**Materials provided:**
******
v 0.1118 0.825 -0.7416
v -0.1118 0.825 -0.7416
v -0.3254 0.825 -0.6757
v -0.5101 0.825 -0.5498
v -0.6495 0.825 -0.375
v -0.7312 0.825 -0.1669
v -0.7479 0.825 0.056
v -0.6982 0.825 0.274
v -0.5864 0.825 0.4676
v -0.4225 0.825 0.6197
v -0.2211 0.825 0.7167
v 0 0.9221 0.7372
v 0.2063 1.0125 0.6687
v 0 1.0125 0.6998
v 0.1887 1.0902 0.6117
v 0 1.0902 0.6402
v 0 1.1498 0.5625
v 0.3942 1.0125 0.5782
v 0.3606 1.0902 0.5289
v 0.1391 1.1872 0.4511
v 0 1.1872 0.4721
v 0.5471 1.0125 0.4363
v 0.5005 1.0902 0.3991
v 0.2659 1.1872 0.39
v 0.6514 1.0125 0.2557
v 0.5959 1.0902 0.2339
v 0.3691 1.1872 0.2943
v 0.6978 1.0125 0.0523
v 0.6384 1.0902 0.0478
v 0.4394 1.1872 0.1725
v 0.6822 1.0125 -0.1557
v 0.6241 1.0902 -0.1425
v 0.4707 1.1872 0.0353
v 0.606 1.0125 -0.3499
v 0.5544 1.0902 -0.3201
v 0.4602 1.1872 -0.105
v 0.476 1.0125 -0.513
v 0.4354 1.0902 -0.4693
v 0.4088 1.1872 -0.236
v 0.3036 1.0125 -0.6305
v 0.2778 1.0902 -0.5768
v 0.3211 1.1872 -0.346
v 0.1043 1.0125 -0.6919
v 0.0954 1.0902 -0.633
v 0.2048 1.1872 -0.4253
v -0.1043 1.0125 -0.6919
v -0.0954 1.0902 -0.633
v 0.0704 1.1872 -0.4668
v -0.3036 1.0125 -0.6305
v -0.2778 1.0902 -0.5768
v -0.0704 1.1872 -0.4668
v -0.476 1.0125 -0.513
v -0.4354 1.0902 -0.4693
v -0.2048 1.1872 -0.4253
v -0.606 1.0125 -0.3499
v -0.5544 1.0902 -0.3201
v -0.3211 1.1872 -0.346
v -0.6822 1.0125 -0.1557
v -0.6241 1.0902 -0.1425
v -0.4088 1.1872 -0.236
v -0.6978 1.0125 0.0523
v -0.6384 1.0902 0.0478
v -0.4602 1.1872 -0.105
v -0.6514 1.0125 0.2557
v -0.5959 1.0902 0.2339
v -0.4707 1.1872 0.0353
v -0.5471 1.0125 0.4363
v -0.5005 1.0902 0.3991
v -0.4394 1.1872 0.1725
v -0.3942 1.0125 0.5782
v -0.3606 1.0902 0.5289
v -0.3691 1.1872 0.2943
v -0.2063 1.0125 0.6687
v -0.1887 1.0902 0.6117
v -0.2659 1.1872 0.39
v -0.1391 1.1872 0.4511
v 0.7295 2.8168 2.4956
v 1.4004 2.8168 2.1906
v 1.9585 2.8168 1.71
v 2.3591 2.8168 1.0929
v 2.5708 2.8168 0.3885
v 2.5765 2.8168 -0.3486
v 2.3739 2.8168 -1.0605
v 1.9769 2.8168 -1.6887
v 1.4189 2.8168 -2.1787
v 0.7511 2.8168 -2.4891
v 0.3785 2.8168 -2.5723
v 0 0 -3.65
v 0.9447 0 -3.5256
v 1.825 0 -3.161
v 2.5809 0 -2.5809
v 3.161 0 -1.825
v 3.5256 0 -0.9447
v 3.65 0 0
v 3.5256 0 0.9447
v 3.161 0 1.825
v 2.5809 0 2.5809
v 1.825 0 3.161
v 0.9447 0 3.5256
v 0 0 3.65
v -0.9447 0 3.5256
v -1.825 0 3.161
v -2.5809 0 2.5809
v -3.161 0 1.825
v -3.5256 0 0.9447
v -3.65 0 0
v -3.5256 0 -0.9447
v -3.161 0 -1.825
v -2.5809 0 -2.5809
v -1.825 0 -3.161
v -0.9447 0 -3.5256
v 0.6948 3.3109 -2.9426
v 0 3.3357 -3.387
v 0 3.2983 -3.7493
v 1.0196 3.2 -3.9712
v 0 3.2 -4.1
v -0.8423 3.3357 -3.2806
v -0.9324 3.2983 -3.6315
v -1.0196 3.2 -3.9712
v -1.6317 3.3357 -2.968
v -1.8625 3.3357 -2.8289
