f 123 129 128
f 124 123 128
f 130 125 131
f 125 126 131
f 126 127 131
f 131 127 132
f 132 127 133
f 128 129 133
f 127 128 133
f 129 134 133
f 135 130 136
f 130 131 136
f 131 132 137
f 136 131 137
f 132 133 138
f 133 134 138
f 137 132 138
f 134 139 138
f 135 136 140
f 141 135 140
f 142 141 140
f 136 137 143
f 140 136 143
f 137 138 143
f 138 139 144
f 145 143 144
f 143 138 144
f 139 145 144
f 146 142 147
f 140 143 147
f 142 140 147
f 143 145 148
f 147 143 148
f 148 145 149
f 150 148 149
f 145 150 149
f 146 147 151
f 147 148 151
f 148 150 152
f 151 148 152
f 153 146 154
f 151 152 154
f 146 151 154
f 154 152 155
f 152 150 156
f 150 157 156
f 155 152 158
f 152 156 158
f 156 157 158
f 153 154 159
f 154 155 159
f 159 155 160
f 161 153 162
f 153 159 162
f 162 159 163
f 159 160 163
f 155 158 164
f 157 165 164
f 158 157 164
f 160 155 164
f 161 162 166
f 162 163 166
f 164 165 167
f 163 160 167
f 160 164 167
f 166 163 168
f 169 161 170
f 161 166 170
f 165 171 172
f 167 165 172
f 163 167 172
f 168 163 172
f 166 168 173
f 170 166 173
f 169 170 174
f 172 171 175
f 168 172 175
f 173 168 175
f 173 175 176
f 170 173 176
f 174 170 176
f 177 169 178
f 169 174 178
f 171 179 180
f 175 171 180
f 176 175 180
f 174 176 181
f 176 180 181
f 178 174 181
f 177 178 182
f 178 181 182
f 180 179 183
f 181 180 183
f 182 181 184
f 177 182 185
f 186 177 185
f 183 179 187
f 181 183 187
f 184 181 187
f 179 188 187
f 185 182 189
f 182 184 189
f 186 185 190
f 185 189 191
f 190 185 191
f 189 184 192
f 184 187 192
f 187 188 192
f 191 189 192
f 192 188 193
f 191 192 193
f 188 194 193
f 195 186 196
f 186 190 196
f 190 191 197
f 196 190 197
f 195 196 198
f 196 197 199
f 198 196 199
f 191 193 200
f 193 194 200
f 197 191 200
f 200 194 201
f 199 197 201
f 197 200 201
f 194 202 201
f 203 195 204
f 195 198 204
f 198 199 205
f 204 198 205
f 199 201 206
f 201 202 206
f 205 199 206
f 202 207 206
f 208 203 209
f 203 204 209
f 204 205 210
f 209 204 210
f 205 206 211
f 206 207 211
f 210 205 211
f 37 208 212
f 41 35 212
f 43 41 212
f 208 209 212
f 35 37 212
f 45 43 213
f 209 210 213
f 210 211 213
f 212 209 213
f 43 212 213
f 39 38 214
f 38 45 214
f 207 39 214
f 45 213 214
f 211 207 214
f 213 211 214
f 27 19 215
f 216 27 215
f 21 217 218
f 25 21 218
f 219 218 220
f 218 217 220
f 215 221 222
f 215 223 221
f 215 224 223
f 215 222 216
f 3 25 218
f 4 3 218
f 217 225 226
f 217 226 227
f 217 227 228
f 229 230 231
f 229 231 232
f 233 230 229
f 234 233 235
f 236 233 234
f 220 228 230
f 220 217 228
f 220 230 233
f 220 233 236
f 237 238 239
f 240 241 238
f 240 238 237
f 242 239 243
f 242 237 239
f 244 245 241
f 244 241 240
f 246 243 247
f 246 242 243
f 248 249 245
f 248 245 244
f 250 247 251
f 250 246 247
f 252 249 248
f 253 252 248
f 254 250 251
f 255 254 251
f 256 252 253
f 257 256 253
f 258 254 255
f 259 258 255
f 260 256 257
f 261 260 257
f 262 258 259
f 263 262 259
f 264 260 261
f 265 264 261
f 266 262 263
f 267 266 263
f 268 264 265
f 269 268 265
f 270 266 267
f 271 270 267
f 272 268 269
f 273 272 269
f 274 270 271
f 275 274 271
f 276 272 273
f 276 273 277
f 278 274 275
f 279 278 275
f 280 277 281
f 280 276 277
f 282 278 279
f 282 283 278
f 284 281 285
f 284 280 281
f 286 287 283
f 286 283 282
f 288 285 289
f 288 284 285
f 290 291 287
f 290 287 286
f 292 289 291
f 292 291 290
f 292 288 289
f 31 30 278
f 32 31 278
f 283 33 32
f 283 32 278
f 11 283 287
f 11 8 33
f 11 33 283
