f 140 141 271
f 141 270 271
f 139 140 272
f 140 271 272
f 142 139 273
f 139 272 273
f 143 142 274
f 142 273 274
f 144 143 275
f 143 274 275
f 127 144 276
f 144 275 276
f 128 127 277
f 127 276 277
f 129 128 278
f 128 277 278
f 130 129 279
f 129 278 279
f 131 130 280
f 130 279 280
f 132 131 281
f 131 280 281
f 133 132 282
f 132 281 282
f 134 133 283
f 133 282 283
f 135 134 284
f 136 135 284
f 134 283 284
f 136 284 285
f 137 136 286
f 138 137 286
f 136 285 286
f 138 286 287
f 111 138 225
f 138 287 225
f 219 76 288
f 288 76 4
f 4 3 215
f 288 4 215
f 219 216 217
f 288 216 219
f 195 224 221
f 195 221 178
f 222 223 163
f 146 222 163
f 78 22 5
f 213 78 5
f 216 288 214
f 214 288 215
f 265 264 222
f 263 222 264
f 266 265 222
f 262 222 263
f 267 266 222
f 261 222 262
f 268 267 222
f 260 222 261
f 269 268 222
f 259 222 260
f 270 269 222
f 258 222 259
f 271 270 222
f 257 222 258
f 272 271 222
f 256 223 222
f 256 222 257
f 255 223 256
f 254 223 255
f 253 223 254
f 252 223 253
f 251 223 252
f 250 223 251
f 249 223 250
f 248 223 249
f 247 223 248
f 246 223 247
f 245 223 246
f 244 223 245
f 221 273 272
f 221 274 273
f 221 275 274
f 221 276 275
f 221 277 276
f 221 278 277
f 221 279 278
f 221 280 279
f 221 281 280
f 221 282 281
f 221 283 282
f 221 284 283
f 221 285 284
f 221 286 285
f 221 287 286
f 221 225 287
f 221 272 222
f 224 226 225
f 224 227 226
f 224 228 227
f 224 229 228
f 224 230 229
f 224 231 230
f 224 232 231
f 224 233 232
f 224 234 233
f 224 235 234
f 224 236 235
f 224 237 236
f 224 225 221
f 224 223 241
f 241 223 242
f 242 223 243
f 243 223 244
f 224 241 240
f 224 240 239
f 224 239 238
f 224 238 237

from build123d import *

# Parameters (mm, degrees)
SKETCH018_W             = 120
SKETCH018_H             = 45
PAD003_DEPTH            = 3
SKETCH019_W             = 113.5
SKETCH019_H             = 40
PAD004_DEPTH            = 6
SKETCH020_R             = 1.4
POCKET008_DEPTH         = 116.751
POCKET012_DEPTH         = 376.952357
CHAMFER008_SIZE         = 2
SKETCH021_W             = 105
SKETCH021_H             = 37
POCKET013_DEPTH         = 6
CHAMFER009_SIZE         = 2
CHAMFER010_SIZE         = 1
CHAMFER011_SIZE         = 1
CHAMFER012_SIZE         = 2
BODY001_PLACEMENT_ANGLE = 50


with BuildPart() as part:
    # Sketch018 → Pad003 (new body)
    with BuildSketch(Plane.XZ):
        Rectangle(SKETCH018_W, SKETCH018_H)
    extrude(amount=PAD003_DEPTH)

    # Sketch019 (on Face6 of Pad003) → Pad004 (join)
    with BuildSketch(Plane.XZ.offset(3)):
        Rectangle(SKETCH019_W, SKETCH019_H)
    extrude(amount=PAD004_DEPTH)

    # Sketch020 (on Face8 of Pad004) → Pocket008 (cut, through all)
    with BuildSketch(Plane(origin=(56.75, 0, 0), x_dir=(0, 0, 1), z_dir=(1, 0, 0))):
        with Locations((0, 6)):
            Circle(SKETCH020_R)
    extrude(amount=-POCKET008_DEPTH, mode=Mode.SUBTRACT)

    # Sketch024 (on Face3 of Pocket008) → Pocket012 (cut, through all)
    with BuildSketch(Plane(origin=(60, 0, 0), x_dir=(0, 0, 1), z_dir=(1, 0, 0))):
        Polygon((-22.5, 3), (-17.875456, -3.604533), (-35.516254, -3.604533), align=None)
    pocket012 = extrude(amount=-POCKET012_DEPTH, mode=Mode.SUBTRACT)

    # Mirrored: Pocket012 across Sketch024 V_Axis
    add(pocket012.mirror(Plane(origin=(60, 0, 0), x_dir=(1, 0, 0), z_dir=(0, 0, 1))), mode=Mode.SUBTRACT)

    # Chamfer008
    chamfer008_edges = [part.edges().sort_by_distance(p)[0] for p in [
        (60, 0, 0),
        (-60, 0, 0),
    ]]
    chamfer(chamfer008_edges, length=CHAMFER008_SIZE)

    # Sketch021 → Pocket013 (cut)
******
**Required work:** Go through the records above, find each line with the string "part", and copy it.

**Response to this exercise:**
with BuildPart() as part:
    chamfer008_edges = [part.edges().sort_by_distance(p)[0] for p in [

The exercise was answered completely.